» **ACTIVITY**
Using the listing that follows, return every line with the word "amount".

» **DATA EXCERPTS**
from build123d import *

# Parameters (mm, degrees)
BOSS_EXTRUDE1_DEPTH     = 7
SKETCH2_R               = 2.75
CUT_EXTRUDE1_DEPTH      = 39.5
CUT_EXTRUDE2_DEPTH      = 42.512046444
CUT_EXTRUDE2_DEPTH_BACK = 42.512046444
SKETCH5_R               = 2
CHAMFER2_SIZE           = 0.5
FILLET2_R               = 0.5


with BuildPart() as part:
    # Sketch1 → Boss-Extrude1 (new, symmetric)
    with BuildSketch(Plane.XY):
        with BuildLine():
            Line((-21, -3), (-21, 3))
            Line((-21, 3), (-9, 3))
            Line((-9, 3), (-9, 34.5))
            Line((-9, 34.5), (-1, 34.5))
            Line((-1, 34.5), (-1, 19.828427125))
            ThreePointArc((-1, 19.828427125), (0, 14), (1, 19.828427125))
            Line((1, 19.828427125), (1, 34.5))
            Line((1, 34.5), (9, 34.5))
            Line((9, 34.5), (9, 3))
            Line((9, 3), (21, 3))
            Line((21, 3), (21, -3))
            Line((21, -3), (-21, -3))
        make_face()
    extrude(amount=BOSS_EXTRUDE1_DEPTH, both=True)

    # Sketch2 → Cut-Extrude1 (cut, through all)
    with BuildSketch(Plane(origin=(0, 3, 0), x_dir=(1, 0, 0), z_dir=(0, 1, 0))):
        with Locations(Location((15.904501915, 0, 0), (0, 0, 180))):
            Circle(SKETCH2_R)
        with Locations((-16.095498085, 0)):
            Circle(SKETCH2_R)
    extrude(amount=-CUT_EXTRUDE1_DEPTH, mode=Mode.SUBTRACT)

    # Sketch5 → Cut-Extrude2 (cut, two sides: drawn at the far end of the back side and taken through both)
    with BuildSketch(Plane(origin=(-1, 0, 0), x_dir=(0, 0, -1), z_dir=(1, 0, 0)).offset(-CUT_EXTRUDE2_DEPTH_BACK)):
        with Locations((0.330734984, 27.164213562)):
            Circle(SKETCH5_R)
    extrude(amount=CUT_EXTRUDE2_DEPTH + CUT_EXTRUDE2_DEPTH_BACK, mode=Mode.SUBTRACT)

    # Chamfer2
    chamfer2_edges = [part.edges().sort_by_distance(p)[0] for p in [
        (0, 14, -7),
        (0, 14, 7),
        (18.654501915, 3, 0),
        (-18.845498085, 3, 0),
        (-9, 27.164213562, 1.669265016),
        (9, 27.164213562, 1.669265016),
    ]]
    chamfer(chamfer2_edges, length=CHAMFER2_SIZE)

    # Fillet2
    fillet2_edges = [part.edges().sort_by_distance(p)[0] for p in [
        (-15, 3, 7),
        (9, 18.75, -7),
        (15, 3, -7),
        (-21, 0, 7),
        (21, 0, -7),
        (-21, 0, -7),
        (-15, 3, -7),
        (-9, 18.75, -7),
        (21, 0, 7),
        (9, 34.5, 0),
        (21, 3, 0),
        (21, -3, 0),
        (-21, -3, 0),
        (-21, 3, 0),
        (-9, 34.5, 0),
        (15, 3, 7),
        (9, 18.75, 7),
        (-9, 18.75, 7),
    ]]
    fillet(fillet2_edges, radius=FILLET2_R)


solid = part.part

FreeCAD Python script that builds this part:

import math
import FreeCAD as App
import Part
import Sketcher

V = App.Vector
Q = App.Units.Quantity


def edges_at(feature, points):
    """Names of the edges that pass closest to the given points."""
    edges = feature.Shape.Edges
    near = lambda p: min(range(len(edges)), key=lambda i: edges[i].distToShape(Part.Vertex(*p))[0])
    return sorted({f"Edge{near(p) + 1}" for p in points})

doc = App.newDocument("Part")
body = doc.addObject("PartDesign::Body", "Body")

sketch1 = doc.addObject("Sketcher::SketchObject", "Sketch")
body.addObject(sketch1)
sketch1.AttachmentSupport = (doc.XY_Plane, [""])
sketch1.MapMode = "FlatFace"
sketch1.addGeometry([
    Part.LineSegment(V(-21, 3, 0), V(-21, -3, 0)),
    Part.LineSegment(V(-21, -3, 0), V(21, -3, 0)),
    Part.LineSegment(V(21, -3, 0), V(21, 3, 0)),
    Part.LineSegment(V(21, 3, 0), V(9, 3, 0)),
    Part.LineSegment(V(9, 3, 0), V(9, 34.5, 0)),
    Part.LineSegment(V(9, 34.5, 0), V(1, 34.5, 0)),
    Part.LineSegment(V(1, 34.5, 0), V(1, 19.828427, 0)),
    Part.ArcOfCircle(Part.Circle(V(0, 17, 0), V(0, 0, 1), 3), math.radians(109.471221), math.radians(430.528779)),
    Part.LineSegment(V(-1, 19.828427, 0), V(-1, 34.5, 0)),
    Part.LineSegment(V(-1, 34.5, 0), V(-9, 34.5, 0)),
    Part.LineSegment(V(-9, 34.5, 0), V(-9, 3, 0)),
    Part.LineSegment(V(-9, 3, 0), V(-21, 3, 0)),
], False)
sketch1.addConstraint([
    Sketcher.Constraint("Coincident", 0, 2, 1, 1),
    Sketcher.Constraint("Coincident", 1, 2, 2, 1),
    Sketcher.Constraint("Coincident", 2, 2, 3, 1),
    Sketcher.Constraint("Coincident", 3, 2, 4, 1),
    Sketcher.Constraint("Coincident", 4, 2, 5, 1),
    Sketcher.Constraint("Coincident", 5, 2, 6, 1),
    Sketcher.Constraint("Coincident", 6, 2, 7, 2),
    Sketcher.Constraint("Coincident", 7, 1, 8, 1),
    Sketcher.Constraint("Coincident", 8, 2, 9, 1),
    Sketcher.Constraint("Coincident", 9, 2, 10, 1),
    Sketcher.Constraint("Coincident", 10, 2, 11, 1),
    Sketcher.Constraint("Coincident", 11, 2, 0, 1),
    Sketcher.Constraint("Vertical", 0),
    Sketcher.Constraint("Horizontal", 1),
    Sketcher.Constraint("Vertical", 2),
    Sketcher.Constraint("Horizontal", 3),
    Sketcher.Constraint("Vertical", 4),
    Sketcher.Constraint("Horizontal", 5),
    Sketcher.Constraint("Vertical", 6),
    Sketcher.Constraint("Vertical", 8),
    Sketcher.Constraint("Horizontal", 9),
    Sketcher.Constraint("Vertical", 10),
    Sketcher.Constraint("Horizontal", 11),
    Sketcher.Constraint("Symmetric", 0, 2, 2, 2, -1, 1),
    Sketcher.Constraint("Symmetric", 6, 2, 7, 1, -2),
    Sketcher.Constraint("Symmetric", 4, 2, 9, 2, -2),
    Sketcher.Constraint("Horizontal", 3, 2, 10, 2),
    Sketcher.Constraint("Radius", 7, Q("3 mm")),
    Sketcher.Constraint("DistanceX", 1, 1, 1, 2, Q("42 mm")),
    Sketcher.Constraint("DistanceX", 3, 2, 3, 1, Q("12 mm")),
    Sketcher.Constraint("DistanceX", 5, 2, 5, 1, Q("8 mm")),
    Sketcher.Constraint("DistanceY", 0, 2, 0, 1, Q("6 mm")),
    Sketcher.Constraint("DistanceY", 4, 1, 4, 2, Q("31.5 mm")),
    Sketcher.Constraint("DistanceY", -1, 1, 7, 3, Q("17 mm")),
])
pad1 = doc.addObject("PartDesign::Pad", "Pad")
body.addObject(pad1)
pad1.Profile = sketch1
pad1.Length = 14
pad1.Midplane = True

sketch2 = doc.addObject("Sketcher::SketchObject", "Sketch001")
body.addObject(sketch2)
sketch2.AttachmentSupport = (doc.XZ_Plane, [""])
sketch2.MapMode = "FlatFace"
sketch2.AttachmentOffset = App.Placement(V(0, 0, -3), App.Rotation())
sketch2.addGeometry([
    Part.Circle(V(15.904502, 0, 0), V(0, 0, 1), 2.75),
    Part.Circle(V(-16.095498, 0, 0), V(0, 0, 1), 2.75),
], False)
sketch2.addConstraint([
    Sketcher.Constraint("Equal", 0, 1),
    Sketcher.Constraint("PointOnObject", 0, 3, -1),
    Sketcher.Constraint("PointOnObject", 1, 3, -1),
    Sketcher.Constraint("Diameter", 0, Q("5.5 mm")),
    Sketcher.Constraint("DistanceX", 1, 3, 0, 3, Q("32 mm")),
    Sketcher.Constraint("DistanceX", -1, 1, 0, 3, Q("15.904502 mm")),
])
pocket1 = doc.addObject("PartDesign::Pocket", "Pocket")
body.addObject(pocket1)
pocket1.Profile = sketch2
pocket1.Type = "ThroughAll"
pocket1.Reversed = True

sketch3 = doc.addObject("Sketcher::SketchObject", "Sketch002")
body.addObject(sketch3)
sketch3.AttachmentSupport = (doc.YZ_Plane, [""])
sketch3.MapMode = "FlatFace"
sketch3.AttachmentOffset = App.Placement(V(0, 0, -1), App.Rotation())
sketch3.addGeometry(Part.Circle(V(27.164214, -0.330735, 0), V(0, 0, 1), 2), False)
sketch3.addConstraint([
    Sketcher.Constraint("Diameter", 0, Q("4 mm")),
    Sketcher.Constraint("DistanceX", -1, 1, 0, 3, Q("27.164214 mm")),
    Sketcher.Constraint("DistanceY", 0, 3, -1, 1, Q("0.330735 mm")),
])
pocket2 = doc.addObject("PartDesign::Pocket", "Pocket001")
body.addObject(pocket2)
pocket2.Profile = sketch3
pocket2.Type = "ThroughAll"
pocket2.Midplane = True
doc.recompute()

chamfer = doc.addObject("PartDesign::Chamfer", "Chamfer")
body.addObject(chamfer)
chamfer.Base = (pocket2, edges_at(pocket2, [
    (0, 14, -7),
    (0, 14, 7),
    (18.655, 3, 0),
    (-18.845, 3, 0),
    (-9, 27.164, 1.669),
    (9, 27.164, 1.669),
]))
chamfer.Size = 0.5
doc.recompute()

fillet = doc.addObject("PartDesign::Fillet", "Fillet")
body.addObject(fillet)
fillet.Base = (chamfer, edges_at(chamfer, [
    (-15, 3, 7),
    (9, 18.75, -7),
    (15, 3, -7),
    (-21, 0, 7),
    (21, 0, -7),
    (-21, 0, -7),
    (-15, 3, -7),
    (-9, 18.75, -7),
    (21, 0, 7),
    (9, 34.5, 0),
    (21, 3, 0),
    (21, -3, 0),
    (-21, -3, 0),
    (-21, 3, 0),
    (-9, 34.5, 0),
    (15, 3, 7),
    (9, 18.75, 7),
    (-9, 18.75, 7),
]))
fillet.Radius = 0.5

doc.recompute()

» **TASK SOLUTION**
    extrude(amount=BOSS_EXTRUDE1_DEPTH, both=True)
    extrude(amount=-CUT_EXTRUDE1_DEPTH, mode=Mode.SUBTRACT)
    extrude(amount=CUT_EXTRUDE2_DEPTH + CUT_EXTRUDE2_DEPTH_BACK, mode=Mode.SUBTRACT)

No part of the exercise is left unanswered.